LA BUHARDILLA

Sexo, sexo…un tanto extraño, pero agotador. Y sangre. Caliente, espesa, algo salada y a la vez, dulce y deliciosa. Después de tan intensa actividad, ambos durmieron de un tirón, juntos por primera vez, abrazados estrechamente durante toda la noche. Cuando amaneció, Draco creyó por un instante que soñaba. Que toda la noche había sido un extraño y hermoso sueño de verano. Pero entonces, los ojos castaños se abrieron suavemente y le miraron, oscilando suavemente de color, y el rubio ya no dudó más. Aquello, aunque increíble, era real; James estaba entre sus brazos. El amor que reflejaban aquellos ojos era tan intenso, que Draco creyó deshacerse bajo su influjo.

Se besaron con suavidad, tentativamente y el calor les llenó a ambos por igual, enredándoles en una nueva sesión. Aunque esta vez, Draco dejó su poder replegado…el efecto era brutal, pero quería disfrutar del cuerpo y las caricias de su amante…aprendiendo lentamente cada rincón del mismo. Ese fue el preludio de un intenso fin de semana, pasado por completo juntos, lleno de pasión, amor y mutuo descubrimiento. Además de más explicaciones. El moreno explicó que muchos vampiros, sus ancestros, se perdían a sí mismos en la sed de sangre, porque tenían muy pocas ataduras y vínculos humanos, y que ese era un destino horrible. También le explicó someramente la estructura de los Clanes, y que parejas como la suya no eran actualmente bien vistas, provocando la irritación del rubio mestizo.

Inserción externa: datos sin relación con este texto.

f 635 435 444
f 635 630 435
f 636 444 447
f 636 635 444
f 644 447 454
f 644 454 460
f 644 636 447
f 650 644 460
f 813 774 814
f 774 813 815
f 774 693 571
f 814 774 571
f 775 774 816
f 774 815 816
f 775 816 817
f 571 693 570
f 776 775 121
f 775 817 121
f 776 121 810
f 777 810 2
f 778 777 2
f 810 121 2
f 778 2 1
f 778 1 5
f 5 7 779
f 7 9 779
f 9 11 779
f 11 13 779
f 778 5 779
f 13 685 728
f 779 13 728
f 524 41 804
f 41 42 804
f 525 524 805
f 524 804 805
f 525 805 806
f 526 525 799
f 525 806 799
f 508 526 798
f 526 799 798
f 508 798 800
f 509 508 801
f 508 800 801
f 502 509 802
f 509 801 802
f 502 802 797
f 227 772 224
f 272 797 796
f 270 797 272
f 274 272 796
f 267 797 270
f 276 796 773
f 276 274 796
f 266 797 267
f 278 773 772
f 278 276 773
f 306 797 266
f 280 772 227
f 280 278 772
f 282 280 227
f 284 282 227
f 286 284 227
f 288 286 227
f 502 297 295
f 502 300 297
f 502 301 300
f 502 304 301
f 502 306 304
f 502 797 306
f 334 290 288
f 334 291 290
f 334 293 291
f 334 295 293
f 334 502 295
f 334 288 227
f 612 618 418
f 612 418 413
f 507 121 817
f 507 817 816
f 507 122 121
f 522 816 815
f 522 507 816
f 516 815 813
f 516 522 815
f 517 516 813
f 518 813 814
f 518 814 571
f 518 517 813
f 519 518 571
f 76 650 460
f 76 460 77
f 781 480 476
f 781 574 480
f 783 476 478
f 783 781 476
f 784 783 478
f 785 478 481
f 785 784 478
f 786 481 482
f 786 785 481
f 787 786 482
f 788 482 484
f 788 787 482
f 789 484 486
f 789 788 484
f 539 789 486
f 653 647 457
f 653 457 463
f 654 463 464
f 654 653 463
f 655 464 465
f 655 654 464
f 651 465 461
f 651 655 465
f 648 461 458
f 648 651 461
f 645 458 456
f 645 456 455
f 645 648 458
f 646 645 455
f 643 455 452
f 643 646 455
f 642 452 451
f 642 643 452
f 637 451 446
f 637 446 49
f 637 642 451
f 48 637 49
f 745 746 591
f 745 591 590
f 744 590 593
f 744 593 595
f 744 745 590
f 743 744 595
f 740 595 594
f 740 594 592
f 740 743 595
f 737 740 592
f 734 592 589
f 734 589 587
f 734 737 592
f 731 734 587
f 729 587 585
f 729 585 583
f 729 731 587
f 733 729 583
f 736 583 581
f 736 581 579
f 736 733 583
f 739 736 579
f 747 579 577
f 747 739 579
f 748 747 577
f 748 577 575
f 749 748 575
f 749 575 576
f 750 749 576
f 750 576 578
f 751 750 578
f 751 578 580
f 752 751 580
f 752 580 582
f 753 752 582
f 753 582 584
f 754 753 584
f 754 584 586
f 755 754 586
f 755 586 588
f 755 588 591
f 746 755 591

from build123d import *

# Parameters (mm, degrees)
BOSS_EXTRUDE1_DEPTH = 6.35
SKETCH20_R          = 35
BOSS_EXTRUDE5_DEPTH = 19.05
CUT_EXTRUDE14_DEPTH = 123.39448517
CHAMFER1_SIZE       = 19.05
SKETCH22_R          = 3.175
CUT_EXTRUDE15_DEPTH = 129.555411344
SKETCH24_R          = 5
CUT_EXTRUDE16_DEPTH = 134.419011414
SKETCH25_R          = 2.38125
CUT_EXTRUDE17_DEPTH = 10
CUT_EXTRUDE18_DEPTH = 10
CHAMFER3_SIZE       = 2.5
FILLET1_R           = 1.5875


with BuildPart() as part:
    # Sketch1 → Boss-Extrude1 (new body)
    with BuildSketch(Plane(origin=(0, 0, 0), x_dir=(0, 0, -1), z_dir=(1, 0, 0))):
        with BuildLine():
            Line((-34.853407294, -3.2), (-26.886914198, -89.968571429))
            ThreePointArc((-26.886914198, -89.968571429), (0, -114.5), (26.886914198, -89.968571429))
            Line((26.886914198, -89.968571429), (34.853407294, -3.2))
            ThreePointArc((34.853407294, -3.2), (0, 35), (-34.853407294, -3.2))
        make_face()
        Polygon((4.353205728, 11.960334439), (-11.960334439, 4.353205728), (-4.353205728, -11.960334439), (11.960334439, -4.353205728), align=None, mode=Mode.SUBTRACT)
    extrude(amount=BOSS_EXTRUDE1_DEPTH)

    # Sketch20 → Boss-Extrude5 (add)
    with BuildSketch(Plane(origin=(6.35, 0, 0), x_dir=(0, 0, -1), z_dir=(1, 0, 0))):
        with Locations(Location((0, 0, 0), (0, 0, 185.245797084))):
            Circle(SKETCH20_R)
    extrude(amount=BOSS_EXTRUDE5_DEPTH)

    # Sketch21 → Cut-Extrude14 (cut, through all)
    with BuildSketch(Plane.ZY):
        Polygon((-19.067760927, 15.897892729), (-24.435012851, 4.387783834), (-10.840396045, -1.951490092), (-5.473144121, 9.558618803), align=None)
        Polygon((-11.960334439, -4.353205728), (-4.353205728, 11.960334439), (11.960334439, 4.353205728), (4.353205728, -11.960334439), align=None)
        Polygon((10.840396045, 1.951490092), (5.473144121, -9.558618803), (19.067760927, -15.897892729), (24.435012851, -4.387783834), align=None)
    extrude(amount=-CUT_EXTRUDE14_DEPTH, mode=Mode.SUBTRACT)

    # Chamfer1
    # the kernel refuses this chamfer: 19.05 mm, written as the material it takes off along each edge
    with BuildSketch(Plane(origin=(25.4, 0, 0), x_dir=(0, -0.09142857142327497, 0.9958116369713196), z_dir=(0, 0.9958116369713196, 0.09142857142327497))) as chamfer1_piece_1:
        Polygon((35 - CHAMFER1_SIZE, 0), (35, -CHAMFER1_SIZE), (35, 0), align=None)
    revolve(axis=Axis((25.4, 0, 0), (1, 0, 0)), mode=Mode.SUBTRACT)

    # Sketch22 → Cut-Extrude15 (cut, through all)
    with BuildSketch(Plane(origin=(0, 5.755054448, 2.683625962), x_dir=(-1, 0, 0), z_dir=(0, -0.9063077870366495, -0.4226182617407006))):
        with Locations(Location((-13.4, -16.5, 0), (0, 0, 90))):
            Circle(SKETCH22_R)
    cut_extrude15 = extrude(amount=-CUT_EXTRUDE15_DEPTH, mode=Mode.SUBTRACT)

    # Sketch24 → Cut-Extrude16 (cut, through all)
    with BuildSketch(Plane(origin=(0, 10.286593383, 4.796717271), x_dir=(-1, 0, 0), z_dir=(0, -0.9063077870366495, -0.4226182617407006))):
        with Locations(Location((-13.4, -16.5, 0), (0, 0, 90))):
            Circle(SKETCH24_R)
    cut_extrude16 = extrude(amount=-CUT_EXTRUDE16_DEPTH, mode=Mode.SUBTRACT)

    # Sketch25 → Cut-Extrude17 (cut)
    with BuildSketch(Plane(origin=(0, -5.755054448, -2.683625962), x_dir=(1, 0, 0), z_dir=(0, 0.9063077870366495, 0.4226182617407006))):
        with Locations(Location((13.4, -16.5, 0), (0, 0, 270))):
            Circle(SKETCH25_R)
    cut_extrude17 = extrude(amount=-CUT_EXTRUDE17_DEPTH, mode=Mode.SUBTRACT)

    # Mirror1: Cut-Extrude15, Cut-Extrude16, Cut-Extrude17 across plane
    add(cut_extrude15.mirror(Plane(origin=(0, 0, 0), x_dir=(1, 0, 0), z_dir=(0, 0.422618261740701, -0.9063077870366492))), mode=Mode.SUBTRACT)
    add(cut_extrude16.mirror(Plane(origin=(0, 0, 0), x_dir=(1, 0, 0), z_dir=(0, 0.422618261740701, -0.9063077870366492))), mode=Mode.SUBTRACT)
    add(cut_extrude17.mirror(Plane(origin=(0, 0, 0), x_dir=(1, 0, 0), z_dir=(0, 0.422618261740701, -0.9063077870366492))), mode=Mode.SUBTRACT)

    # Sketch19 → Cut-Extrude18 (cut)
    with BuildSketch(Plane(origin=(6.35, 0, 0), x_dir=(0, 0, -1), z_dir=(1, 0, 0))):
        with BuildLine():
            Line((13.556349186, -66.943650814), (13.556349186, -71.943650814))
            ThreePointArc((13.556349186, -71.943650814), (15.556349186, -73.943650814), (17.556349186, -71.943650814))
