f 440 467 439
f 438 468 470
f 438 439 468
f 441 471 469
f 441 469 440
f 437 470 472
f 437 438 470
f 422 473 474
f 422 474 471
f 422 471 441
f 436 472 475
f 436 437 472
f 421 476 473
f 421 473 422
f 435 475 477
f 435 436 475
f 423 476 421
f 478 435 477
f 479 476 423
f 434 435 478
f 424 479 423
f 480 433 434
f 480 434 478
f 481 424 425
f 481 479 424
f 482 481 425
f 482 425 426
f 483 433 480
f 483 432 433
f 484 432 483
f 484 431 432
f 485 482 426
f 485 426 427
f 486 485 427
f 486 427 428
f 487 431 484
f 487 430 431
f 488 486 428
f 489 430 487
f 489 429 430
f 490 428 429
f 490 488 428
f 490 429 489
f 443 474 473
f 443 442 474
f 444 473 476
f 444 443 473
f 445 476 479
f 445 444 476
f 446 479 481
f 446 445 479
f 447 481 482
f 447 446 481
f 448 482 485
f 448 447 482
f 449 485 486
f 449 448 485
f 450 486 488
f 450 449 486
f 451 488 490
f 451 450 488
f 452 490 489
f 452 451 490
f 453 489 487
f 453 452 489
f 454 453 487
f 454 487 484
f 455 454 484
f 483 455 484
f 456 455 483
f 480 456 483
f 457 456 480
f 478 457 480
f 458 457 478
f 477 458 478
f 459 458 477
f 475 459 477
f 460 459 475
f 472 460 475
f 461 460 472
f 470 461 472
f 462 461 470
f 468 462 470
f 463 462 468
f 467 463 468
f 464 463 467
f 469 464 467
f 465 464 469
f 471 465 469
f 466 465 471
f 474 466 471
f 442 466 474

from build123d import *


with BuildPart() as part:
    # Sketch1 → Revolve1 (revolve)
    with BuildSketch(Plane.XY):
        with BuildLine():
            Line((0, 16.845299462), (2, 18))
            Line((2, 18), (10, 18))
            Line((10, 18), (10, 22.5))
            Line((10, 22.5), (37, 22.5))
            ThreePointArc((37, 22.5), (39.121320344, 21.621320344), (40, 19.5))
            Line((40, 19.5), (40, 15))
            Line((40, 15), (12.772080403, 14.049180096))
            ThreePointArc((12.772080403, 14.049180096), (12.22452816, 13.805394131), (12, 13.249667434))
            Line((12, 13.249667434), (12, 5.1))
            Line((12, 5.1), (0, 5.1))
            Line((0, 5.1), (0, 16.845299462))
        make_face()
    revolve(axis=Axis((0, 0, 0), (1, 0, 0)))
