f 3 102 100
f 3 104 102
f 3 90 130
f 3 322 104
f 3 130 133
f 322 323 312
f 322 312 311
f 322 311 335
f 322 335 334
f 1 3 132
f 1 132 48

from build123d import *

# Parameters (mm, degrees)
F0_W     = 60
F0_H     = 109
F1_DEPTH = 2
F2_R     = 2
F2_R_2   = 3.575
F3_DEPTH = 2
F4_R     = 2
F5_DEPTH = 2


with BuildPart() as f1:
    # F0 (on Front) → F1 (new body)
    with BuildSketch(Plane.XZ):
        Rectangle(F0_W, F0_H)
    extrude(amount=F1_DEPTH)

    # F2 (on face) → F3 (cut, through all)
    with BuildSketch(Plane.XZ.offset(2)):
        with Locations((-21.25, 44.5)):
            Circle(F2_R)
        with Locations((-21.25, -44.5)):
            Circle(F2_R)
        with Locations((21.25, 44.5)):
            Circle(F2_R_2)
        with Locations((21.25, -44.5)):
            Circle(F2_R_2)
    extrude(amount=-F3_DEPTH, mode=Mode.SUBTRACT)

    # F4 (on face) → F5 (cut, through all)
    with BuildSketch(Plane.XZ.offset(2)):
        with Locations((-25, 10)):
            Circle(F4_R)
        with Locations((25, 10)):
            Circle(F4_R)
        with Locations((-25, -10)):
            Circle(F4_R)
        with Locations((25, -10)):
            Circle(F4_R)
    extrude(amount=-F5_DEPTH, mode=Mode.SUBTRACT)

Draco era tolerante en ese aspecto, siempre lo había sido, so pena de ser un verdadero hipócrita, y abierto. Incluso sus padres, pese a ser de una generación diferente, habían entendido las dudas y temores de su hijo adolescente, y le apoyaron en silencio, y tan solo pusieron una condición. Draco debía continuar la línea familiar, como fuese, ya que era el último Malfoy. Una madre subrogada, hechizos, pociones, en último extremo, una adopción de sangre…existían medios suficientes para garantizar un heredero a su apellido…

Draco entendió las reticencias de James, sus vacilaciones, si la sociedad de su casta se había vuelto tan retrograda y homófoba. Porque una cosa era buscar la supervivencia de la especie y otra…convertir a todas las hembras en yeguas de cría!. Pero ahora ambos estaban juntos, para bien y para mal, y James había prometido una y otra vez, que pasase lo que pasase, no iba a permitir que les separasen, nunca. Así que el lunes muy temprano por la mañana, Harry se despidió apasionadamente de Draco, indicándole que era bienvenido en su casa y dándole la clave de entrada, diciéndole que podía visitarle cuando quisiera.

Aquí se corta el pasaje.